Results based on trial data from before the Covid-19 pandemic period (i.e., before March 15, 2020) showed that Covid-19 had no effect on the trial results as compared with the entire trial period. The results of per-protocol analyses, excluding data collected after the first instance of discontinuation of a trial medication (except for discontinuation in accordance with the protocol after a tertiary-outcome event) or initiation of a nontrial glucose-lowering medication, were similar to those in the intention-to-treat analyses with respect to the primary and secondary metabolic outcomes.
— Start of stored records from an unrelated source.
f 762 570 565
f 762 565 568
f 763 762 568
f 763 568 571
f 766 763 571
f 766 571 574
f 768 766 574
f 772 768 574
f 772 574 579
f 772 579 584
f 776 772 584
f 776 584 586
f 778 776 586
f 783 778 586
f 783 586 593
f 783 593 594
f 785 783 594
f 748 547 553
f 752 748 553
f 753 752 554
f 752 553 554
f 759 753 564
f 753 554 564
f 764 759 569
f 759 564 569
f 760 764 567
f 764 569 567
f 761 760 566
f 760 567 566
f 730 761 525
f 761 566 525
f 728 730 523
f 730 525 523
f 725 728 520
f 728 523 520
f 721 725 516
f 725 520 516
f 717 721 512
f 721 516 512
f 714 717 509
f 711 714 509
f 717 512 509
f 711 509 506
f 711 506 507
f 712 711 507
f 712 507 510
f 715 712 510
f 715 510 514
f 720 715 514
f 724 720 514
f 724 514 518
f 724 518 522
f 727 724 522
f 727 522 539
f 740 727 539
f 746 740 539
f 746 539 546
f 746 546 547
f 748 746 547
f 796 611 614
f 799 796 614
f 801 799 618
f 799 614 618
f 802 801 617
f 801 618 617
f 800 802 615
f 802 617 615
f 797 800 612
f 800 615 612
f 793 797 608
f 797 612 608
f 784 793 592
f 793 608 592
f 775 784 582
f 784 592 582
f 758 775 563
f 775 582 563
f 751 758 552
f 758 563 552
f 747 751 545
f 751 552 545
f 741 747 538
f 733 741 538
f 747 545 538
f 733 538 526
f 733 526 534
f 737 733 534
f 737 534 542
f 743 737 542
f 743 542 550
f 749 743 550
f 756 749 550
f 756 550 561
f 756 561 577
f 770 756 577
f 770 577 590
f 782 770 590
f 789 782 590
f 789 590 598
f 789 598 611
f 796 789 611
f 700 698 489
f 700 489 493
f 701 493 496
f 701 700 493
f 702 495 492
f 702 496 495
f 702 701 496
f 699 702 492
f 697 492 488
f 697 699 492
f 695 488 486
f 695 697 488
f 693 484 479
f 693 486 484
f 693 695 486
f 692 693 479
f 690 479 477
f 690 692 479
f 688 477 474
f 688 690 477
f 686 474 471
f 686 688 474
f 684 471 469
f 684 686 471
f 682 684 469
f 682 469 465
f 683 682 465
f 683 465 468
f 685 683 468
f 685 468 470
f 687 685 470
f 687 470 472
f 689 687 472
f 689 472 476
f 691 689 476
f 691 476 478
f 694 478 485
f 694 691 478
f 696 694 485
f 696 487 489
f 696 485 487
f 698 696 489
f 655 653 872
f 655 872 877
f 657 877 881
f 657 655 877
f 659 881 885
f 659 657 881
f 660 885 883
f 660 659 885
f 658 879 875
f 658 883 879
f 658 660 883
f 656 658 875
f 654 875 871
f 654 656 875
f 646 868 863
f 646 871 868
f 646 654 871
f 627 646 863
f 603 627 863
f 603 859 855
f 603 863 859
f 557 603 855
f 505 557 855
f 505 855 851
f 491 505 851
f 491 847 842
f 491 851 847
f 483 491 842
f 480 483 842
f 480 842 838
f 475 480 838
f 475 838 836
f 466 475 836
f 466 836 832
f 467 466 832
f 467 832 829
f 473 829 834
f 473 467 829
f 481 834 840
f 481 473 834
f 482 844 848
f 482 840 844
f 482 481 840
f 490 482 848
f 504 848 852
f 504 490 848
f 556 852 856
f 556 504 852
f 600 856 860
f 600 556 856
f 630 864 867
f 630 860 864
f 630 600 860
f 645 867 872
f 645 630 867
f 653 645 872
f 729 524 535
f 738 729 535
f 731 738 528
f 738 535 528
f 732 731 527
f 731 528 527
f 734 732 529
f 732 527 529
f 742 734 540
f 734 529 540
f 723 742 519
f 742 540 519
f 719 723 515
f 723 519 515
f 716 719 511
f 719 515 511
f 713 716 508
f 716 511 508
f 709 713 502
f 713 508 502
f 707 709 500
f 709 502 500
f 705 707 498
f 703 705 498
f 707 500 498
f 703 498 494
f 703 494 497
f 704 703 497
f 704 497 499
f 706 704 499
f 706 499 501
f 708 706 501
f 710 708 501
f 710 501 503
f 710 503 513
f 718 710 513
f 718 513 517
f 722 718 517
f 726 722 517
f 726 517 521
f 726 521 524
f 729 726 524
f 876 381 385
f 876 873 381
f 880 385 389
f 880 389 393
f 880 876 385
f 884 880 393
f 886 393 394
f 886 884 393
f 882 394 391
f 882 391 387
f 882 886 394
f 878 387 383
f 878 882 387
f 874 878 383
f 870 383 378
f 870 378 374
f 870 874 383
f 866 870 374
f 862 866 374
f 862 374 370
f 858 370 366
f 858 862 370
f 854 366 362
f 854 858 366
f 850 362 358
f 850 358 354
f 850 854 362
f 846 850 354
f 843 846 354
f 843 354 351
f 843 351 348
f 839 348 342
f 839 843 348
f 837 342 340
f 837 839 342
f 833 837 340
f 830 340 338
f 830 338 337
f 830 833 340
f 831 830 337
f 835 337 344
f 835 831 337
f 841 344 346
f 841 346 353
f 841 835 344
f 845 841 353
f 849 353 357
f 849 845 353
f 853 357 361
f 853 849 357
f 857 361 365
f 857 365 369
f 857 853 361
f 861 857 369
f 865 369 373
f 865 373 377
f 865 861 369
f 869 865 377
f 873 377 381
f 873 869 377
## Serious and Targeted Adverse Events and Effects on Weight

Event rates were calculated as the number of events per 100 participant-years. Simple P values (not corrected for multiple tests among event types or treatment groups) were obtained from a Poisson regression model of the rates. The diagram denotes the range of the P values for the six pairwise group comparisons of each adverse event. The following were adjudicated events: serious adverse events or any targeted events, including severe hypoglycemia, lactic acidosis, pancreatitis, diabetic ketoacidosis or hyperosmolar hyperglycemic syndrome, revascularization (coronary, peripheral, or cerebral), congestive heart failure, or cancer. The first occurrence of weight gain of 10% or more was compared with the baseline weight. Gastrointestinal symptoms included any one of the following symptoms that occurred at least once per week in the 30 days before the quarterly visit and were reported by the participant: nausea, vomiting, bloating or stomach pain, or diarrhea.

Data on serious adverse events and prespecified targeted adverse events are provided in Figure 3. The glimepiride and glargine groups had a significantly higher overall incidence of any adverse event (serious adverse events and prespecified adverse events) (in 38% and 37% of the participants, respectively) than the liraglutide group (in 34%) (uncorrected P=0.001 and P=0.02, respectively). Severe hypoglycemia was generally uncommon, but it affected more participants assigned to glimepiride (2.2%) than to sitagliptin (0.7%) (P≤0.001), liraglutide (1.0%) (P≤0.001), or glargine (1.3%) (P=0.02). There were no substantial differences among the treatment groups with respect to other targeted outcomes, including pancreatitis and pancreatic cancer (data not shown). Gastrointestinal symptoms were considerably more common with liraglutide than with the other three treatments. Over 4 years, the mean loss of weight was substantially higher in the liraglutide and sitagliptin groups (3.5 and 2.0 kg, respectively) than in the glargine and glimepiride groups (0.61 and 0.73 kg, respectively).